Saved entries:
━━━━━━━━━━━━━━━━━━━━

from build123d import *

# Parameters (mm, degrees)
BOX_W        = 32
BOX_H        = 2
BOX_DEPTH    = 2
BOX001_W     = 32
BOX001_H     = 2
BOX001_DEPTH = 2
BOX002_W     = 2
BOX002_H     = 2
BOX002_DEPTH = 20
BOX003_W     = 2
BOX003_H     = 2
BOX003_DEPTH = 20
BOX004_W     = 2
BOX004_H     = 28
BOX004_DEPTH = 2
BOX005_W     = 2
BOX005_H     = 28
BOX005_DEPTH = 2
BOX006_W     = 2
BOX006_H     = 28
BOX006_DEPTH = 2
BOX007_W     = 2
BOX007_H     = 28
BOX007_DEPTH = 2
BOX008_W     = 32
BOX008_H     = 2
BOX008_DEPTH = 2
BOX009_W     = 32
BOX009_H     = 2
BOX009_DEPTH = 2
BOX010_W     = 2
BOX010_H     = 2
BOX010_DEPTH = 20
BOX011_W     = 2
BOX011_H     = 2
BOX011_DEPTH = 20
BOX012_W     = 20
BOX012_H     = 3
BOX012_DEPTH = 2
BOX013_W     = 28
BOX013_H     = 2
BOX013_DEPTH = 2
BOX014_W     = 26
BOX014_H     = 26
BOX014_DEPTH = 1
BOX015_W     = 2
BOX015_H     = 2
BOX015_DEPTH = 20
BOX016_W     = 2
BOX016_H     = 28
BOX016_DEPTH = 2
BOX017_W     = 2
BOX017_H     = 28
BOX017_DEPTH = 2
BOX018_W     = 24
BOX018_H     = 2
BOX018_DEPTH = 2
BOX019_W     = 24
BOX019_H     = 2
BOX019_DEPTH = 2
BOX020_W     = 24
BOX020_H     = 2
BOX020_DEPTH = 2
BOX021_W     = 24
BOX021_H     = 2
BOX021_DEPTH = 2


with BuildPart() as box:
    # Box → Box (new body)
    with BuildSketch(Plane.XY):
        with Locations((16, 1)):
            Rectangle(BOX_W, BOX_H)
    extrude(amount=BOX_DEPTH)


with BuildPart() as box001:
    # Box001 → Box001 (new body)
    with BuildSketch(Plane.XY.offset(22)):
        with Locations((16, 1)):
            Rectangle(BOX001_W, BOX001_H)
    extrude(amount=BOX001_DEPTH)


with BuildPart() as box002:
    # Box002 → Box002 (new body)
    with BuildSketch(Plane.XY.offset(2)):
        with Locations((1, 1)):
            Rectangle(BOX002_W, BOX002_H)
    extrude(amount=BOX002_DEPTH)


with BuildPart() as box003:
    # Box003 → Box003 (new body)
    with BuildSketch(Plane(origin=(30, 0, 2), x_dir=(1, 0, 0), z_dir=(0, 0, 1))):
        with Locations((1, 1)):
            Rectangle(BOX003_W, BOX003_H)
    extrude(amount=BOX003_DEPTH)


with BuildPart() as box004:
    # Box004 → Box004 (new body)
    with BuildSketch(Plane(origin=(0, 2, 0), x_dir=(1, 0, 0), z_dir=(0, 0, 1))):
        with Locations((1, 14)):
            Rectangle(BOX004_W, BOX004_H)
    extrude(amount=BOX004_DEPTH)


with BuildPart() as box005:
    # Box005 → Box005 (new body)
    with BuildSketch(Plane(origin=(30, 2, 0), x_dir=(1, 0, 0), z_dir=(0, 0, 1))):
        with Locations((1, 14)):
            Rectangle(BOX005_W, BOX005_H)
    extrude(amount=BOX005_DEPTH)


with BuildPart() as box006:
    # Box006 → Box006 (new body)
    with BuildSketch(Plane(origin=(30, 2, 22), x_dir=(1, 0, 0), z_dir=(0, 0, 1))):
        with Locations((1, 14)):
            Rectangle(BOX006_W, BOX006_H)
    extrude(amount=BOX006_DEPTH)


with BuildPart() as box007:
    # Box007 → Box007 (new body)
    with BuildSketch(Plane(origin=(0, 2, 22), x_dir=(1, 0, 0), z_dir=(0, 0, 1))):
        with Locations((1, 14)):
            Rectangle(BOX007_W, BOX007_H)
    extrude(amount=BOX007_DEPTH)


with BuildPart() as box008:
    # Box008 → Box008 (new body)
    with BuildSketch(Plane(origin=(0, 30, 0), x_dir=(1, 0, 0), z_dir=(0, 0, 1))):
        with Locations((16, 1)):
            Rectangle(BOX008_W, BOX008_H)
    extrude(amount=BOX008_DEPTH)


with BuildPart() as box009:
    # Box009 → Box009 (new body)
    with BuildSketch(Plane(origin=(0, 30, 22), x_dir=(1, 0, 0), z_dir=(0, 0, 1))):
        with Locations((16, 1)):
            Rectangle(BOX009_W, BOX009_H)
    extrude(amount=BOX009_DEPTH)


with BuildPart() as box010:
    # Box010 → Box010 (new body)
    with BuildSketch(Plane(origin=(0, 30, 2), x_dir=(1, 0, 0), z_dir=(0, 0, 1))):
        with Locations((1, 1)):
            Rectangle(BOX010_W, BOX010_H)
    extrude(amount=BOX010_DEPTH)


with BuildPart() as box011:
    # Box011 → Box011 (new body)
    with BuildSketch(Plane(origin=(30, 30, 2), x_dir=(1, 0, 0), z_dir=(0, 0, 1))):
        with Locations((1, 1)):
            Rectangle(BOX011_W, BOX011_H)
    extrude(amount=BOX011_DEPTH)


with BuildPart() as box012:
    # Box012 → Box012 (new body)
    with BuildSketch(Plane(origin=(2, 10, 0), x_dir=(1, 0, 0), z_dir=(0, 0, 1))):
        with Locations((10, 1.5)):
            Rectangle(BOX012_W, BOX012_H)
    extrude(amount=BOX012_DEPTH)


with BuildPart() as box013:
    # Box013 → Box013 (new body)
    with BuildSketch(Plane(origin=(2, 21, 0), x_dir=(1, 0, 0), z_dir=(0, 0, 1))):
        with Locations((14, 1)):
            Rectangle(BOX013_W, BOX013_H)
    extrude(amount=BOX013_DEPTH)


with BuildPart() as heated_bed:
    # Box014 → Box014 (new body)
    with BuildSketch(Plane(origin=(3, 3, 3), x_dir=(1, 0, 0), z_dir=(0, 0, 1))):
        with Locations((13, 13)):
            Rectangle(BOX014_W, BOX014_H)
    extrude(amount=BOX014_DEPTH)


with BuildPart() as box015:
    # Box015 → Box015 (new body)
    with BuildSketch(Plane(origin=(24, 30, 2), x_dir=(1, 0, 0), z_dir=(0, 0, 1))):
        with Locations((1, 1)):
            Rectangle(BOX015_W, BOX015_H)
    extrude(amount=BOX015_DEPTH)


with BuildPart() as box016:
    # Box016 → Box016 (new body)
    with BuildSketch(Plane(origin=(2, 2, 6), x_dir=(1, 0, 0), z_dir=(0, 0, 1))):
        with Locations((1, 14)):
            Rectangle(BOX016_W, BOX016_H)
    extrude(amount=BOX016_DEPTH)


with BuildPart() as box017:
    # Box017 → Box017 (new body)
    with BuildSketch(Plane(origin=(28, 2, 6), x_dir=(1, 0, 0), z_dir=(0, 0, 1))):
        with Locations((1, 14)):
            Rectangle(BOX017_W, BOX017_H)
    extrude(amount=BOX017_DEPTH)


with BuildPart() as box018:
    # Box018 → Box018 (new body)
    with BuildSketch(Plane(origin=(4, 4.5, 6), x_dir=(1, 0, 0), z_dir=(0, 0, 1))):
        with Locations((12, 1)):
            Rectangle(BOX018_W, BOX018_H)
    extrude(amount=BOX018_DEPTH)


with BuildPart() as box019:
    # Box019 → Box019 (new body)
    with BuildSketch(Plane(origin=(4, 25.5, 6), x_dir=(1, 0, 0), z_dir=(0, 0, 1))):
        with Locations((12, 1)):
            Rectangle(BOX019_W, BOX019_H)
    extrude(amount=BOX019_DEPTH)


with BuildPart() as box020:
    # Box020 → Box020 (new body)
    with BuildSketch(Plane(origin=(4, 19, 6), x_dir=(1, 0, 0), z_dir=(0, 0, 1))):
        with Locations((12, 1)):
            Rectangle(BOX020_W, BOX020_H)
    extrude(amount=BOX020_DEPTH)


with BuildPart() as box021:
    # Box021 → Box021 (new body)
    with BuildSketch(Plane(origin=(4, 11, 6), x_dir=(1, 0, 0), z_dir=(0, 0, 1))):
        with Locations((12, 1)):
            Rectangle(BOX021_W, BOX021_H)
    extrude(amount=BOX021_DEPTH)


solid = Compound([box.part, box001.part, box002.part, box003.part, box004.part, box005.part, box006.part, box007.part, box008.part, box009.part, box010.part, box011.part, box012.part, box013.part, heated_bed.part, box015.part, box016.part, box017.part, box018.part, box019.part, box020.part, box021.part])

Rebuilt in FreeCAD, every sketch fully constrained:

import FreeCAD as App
import Part
import Sketcher

V = App.Vector
Q = App.Units.Quantity

doc = App.newDocument("Part")
params = doc.addObject("Spreadsheet::Sheet", "Params")
for row, (alias, value) in enumerate([
    ("sketch1_width", "32 mm"),
    ("sketch1_height", "2 mm"),
    ("pad1_length", "2 mm"),
    ("sketch2_width", "32 mm"),
    ("sketch2_height", "2 mm"),
    ("pad2_length", "2 mm"),
    ("sketch3_width", "2 mm"),
    ("pad3_length", "20 mm"),
    ("sketch4_width", "2 mm"),
    ("pad4_length", "20 mm"),
    ("sketch5_width", "2 mm"),
    ("sketch5_height", "28 mm"),
    ("pad5_length", "2 mm"),
    ("sketch6_width", "2 mm"),
    ("sketch6_height", "28 mm"),
    ("pad6_length", "2 mm"),
    ("sketch7_width", "2 mm"),
    ("sketch7_height", "28 mm"),
    ("pad7_length", "2 mm"),
    ("sketch8_width", "2 mm"),
    ("sketch8_height", "28 mm"),
    ("pad8_length", "2 mm"),
    ("sketch9_width", "32 mm"),
    ("sketch9_height", "2 mm"),
    ("pad9_length", "2 mm"),
    ("sketch10_width", "32 mm"),
    ("sketch10_height", "2 mm"),
    ("pad10_length", "2 mm"),
    ("sketch11_width", "2 mm"),
    ("pad11_length", "20 mm"),
    ("sketch12_width", "2 mm"),
    ("pad12_length", "20 mm"),
    ("sketch13_width", "20 mm"),
    ("sketch13_height", "3 mm"),
    ("pad13_length", "2 mm"),
    ("sketch14_width", "28 mm"),
    ("sketch14_height", "2 mm"),
    ("pad14_length", "2 mm"),
    ("sketch15_width", "26 mm"),
    ("pad15_length", "1 mm"),
    ("sketch16_width", "2 mm"),
    ("pad16_length", "20 mm"),
    ("sketch17_width", "2 mm"),
    ("sketch17_height", "28 mm"),
    ("pad17_length", "2 mm"),
    ("sketch18_width", "2 mm"),
    ("sketch18_height", "28 mm"),
    ("pad18_length", "2 mm"),
    ("sketch19_width", "24 mm"),
    ("sketch19_height", "2 mm"),
    ("pad19_length", "2 mm"),
    ("sketch20_width", "24 mm"),
    ("sketch20_height", "2 mm"),
    ("pad20_length", "2 mm"),
    ("sketch21_width", "24 mm"),
    ("sketch21_height", "2 mm"),
    ("pad21_length", "2 mm"),
    ("sketch22_width", "24 mm"),
    ("sketch22_height", "2 mm"),
    ("pad22_length", "2 mm"),
], start=1):
    params.set(f"A{row}", alias)
    params.set(f"B{row}", "=" + value)
    params.setAlias(f"B{row}", alias)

━━━━━━━━━━━━━━━━━━━━

TASK INSTRUCTIONS:
Which of the lines in the data hold the string "offset"? Report each of them by copying it.

OUTPUT OF THE TASK:
    with BuildSketch(Plane.XY.offset(22)):
    with BuildSketch(Plane.XY.offset(2)):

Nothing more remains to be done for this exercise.